▶ **Exercise**: Take the lines below between the one holding "#185=CARTESIAN_POINT('',(0.,-68.8373,0.));" and the one holding "#194=PLANE('',#193);", inclusive, and copy them exactly. Add nothing.
*** Excerpted records Section Begins ***
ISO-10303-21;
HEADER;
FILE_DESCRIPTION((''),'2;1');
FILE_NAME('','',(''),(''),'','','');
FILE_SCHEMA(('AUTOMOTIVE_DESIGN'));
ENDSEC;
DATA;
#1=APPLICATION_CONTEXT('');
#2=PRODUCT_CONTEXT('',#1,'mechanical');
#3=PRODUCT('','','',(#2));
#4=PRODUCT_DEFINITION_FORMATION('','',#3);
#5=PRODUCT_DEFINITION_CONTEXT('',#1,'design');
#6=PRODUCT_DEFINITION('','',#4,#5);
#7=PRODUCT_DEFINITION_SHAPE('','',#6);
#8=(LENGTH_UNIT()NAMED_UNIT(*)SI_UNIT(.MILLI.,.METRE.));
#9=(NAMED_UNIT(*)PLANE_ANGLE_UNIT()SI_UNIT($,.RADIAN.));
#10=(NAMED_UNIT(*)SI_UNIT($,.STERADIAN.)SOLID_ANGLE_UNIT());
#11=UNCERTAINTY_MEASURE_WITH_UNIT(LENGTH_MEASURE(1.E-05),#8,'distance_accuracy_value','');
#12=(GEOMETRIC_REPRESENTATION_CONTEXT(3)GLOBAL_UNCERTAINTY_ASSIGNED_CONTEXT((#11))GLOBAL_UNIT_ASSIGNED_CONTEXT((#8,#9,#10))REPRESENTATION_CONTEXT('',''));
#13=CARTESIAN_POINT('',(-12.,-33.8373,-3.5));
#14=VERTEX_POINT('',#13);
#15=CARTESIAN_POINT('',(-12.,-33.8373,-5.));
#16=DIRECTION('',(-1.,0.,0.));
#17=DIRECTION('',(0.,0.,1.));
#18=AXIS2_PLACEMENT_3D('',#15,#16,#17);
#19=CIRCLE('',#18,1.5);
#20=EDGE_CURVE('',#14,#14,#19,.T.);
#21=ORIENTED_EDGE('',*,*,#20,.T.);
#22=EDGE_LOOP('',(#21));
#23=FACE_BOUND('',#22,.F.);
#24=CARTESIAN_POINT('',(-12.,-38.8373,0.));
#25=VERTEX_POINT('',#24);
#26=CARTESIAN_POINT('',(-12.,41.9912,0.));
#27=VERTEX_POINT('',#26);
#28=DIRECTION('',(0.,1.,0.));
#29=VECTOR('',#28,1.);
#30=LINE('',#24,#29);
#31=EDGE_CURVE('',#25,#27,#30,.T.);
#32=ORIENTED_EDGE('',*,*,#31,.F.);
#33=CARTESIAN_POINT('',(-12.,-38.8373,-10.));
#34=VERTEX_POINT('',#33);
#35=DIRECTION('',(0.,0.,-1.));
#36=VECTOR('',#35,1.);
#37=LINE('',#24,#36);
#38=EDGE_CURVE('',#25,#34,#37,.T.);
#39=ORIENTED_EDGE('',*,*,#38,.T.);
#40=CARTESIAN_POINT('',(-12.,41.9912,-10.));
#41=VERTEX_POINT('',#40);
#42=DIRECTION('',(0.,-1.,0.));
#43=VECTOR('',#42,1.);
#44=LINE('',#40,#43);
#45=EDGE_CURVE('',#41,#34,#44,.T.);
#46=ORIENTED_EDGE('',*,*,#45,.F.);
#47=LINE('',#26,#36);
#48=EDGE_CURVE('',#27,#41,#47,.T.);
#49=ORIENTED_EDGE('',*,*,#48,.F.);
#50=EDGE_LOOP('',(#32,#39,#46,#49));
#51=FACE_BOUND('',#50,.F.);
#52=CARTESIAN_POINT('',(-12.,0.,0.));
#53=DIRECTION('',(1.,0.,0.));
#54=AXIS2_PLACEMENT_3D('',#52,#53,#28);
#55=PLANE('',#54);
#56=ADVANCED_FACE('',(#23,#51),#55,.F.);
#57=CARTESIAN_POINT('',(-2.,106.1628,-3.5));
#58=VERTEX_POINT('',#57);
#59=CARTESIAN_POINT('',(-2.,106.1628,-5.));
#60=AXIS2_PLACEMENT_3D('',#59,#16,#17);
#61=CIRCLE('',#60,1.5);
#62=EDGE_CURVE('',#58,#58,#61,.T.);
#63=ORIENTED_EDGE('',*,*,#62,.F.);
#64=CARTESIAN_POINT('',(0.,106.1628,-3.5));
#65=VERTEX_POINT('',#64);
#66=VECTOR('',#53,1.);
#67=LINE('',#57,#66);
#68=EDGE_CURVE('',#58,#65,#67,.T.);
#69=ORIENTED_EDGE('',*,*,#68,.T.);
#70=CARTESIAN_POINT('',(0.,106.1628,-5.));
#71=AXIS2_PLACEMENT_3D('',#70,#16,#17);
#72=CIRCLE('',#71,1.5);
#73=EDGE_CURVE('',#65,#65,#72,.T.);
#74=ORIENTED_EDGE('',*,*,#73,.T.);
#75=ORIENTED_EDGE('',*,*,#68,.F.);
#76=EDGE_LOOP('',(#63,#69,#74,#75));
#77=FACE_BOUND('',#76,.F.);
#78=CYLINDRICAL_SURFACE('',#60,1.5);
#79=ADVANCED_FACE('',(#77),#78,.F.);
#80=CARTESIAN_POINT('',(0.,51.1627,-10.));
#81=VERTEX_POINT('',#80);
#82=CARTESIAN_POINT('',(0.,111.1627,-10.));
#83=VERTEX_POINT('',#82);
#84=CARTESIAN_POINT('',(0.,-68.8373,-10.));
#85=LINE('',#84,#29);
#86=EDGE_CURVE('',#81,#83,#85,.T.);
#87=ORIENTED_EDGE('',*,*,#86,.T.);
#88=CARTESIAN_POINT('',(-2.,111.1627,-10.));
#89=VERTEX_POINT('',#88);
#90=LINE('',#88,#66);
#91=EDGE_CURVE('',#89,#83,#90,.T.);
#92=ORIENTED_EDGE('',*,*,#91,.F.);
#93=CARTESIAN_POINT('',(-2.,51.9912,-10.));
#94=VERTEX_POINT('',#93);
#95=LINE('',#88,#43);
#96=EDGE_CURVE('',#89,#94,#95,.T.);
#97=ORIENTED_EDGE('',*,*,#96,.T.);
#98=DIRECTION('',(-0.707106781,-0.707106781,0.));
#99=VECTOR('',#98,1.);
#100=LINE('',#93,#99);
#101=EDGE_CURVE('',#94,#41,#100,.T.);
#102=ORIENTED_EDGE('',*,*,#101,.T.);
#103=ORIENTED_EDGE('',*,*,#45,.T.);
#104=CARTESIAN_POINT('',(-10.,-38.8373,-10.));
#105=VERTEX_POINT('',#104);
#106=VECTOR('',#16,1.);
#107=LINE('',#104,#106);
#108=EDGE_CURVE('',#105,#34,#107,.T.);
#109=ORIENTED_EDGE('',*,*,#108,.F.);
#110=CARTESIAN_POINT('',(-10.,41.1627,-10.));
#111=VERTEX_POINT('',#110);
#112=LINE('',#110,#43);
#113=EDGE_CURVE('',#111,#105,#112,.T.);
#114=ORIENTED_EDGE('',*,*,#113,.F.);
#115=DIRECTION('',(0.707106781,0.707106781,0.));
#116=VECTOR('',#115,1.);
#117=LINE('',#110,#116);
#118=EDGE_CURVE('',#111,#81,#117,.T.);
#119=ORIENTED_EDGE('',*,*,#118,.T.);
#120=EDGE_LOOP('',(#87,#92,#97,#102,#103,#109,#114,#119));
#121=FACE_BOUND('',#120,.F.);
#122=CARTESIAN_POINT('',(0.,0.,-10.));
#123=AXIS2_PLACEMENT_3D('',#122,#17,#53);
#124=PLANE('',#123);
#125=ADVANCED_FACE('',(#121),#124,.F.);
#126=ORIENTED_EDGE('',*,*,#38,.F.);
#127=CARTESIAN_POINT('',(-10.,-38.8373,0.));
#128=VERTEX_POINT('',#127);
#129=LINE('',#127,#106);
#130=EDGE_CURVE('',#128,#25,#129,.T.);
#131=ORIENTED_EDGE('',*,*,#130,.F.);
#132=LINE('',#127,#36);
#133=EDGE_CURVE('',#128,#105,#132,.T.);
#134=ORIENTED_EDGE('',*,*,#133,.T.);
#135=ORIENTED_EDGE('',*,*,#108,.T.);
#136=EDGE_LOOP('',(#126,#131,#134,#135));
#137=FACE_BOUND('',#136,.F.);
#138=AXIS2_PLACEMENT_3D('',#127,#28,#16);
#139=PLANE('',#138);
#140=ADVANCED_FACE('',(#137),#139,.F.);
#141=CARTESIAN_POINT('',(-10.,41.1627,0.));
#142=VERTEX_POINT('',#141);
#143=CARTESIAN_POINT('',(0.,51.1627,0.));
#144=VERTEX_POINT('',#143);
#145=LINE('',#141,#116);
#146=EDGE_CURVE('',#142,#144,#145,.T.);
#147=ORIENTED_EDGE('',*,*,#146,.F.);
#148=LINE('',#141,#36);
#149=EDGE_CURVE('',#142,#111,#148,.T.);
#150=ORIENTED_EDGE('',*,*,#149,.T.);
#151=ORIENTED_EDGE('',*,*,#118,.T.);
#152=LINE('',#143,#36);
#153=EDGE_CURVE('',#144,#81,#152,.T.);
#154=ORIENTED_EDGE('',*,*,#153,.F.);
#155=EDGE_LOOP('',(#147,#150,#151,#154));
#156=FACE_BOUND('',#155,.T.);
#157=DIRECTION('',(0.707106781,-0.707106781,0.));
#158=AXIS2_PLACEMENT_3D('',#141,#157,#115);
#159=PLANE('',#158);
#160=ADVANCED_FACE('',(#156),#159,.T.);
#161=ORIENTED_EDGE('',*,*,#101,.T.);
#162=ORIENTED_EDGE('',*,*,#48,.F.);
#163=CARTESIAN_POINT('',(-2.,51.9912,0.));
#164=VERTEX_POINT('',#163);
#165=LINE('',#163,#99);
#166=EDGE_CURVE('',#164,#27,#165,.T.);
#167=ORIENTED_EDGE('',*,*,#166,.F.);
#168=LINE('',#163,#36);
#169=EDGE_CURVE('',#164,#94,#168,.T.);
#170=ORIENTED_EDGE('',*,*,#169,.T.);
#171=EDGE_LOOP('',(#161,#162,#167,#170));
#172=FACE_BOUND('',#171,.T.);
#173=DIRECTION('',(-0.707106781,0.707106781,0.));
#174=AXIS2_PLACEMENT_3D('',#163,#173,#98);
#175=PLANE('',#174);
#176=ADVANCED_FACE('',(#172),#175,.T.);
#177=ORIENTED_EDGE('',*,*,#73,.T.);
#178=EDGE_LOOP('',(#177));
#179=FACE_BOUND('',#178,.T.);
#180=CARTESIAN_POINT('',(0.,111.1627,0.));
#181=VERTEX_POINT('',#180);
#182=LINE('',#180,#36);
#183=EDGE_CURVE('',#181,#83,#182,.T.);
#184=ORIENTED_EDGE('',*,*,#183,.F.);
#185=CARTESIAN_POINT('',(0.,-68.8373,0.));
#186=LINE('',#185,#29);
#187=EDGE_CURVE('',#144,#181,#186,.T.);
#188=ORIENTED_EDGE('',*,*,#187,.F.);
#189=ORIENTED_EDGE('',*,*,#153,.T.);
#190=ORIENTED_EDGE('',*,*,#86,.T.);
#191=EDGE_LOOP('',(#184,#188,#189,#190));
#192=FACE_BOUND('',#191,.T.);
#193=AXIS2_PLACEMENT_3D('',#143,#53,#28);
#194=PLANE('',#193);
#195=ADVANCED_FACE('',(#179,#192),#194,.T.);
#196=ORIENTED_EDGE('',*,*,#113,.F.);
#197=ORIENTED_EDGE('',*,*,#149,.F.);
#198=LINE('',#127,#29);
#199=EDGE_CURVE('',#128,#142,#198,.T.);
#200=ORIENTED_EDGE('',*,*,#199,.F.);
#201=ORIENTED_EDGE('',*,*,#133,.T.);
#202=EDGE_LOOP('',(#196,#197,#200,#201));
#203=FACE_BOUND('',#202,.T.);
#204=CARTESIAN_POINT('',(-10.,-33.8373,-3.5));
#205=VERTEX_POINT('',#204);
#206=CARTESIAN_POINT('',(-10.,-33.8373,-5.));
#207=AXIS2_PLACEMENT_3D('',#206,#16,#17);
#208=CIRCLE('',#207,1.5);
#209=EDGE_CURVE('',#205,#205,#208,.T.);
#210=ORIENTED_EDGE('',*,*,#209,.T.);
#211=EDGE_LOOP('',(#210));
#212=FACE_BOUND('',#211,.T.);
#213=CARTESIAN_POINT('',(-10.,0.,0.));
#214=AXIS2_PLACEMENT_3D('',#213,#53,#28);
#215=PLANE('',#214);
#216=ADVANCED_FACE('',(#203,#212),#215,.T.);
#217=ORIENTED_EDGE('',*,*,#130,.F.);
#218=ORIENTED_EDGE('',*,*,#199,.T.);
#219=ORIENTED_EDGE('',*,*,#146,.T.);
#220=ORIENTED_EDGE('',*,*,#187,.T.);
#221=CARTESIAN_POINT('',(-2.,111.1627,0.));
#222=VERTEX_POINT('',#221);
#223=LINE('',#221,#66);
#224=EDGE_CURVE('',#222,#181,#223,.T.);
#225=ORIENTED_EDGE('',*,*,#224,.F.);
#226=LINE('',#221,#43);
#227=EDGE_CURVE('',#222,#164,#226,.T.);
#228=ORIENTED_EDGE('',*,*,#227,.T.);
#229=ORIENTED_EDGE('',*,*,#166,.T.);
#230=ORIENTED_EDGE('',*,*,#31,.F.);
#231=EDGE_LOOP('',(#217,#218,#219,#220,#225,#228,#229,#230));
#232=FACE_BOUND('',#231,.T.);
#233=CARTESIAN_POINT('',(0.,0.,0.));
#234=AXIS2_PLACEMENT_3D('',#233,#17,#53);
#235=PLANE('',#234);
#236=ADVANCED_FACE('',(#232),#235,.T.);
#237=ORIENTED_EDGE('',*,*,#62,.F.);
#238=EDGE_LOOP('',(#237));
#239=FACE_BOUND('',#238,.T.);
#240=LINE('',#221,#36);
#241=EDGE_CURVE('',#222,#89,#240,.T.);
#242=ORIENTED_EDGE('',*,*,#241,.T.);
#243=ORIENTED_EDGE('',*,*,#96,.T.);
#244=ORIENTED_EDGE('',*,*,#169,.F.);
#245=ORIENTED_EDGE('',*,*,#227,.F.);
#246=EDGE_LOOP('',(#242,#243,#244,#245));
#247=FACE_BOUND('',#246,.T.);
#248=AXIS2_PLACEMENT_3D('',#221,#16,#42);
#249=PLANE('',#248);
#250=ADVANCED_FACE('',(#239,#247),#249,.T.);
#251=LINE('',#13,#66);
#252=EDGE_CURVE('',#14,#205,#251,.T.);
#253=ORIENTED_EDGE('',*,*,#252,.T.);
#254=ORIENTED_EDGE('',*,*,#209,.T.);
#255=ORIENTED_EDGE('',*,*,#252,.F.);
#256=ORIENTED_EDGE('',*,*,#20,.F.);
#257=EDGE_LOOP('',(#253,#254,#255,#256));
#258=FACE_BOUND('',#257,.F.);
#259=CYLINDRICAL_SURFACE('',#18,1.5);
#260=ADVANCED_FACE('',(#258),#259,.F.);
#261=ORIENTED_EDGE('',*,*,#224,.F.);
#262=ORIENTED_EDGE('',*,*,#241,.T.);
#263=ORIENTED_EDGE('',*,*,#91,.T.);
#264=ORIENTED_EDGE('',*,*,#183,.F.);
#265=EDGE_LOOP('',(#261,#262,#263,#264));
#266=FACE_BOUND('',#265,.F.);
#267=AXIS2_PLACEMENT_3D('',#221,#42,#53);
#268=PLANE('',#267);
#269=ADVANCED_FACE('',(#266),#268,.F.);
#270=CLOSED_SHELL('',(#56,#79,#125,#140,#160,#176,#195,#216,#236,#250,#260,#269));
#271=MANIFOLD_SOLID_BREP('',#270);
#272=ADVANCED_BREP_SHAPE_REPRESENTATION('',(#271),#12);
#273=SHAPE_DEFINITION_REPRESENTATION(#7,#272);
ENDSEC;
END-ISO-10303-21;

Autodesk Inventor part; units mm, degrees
ref_plane "YZ Plane" through (0, 0, 0) normal (1, 0, 0) x (0, 1, 0)
ref_plane "XZ Plane" through (0, 0, 0) normal (0, 1, 0) x (-1, 0, 0)
ref_plane "XY Plane" through (0, 0, 0) normal (0, 0, 1) x (1, 0, 0)
sketch "Skizze1" plane through (0, 0, 0) normal (0, 0, 1) x (1, 0, 0)
  line L0 (-14.4, 0) -> (2.4, 0) projected
  line L1 (0, -68.8373) -> (0, 141.1627) projected
  line L2 (-10, -38.8373) -> (-10, 41.1627)
  line L3 (-10, 41.1627) -> (0, 51.1627)
  line L4 (0, 51.1627) -> (0, 111.1627)
  line L5 (-10, -38.8373) -> (-12, -38.8373)
  line L6 (-12, -38.8373) -> (-12, 41.9912)
  line L7 (-2, 51.9912) -> (-12, 41.9912)
  line L8 (-2, 111.1627) -> (0, 111.1627)
  line L9 (-2, 111.1627) -> (-2, 51.9912)
  point P0 (0, 0)
  dimension "d0" = 80
  dimension "d2" = 60
  dimension "d5" = 2
  dimension "d6" = 2
  dimension "d7" = 2
  dimension "d20" = 10
  dimension "d22" = 150
extrude "Extrusion1" add sketch "Skizze1" against normal blind 10 contours L6 L7 L9 L8 L1 L3 L2 L0 | L0 L2 L5 L6
sketch "Skizze2" plane through (-12, -38.8373, 0) normal (-1, 0, 0) x (0, 0, 1)
  line L0 (0, 80.8284) -> (0, 0) projected
  line L1 (0, 0) -> (-10, 0) projected
  circle A0 centre (-5, 5) radius 1.5
  point P0 (0, 38.8373)
  dimension "d10" = 5
  dimension "d11" = 5
  dimension "d12" = 3
extrude "Extrusion2" cut sketch "Skizze2" against normal blind 5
*** Excerpted records Section Ends ***
▶ **Written response**:
#185=CARTESIAN_POINT('',(0.,-68.8373,0.));
#186=LINE('',#185,#29);
#187=EDGE_CURVE('',#144,#181,#186,.T.);
#188=ORIENTED_EDGE('',*,*,#187,.F.);
#189=ORIENTED_EDGE('',*,*,#153,.T.);
#190=ORIENTED_EDGE('',*,*,#86,.T.);
#191=EDGE_LOOP('',(#184,#188,#189,#190));
#192=FACE_BOUND('',#191,.T.);
#193=AXIS2_PLACEMENT_3D('',#143,#53,#28);
#194=PLANE('',#193);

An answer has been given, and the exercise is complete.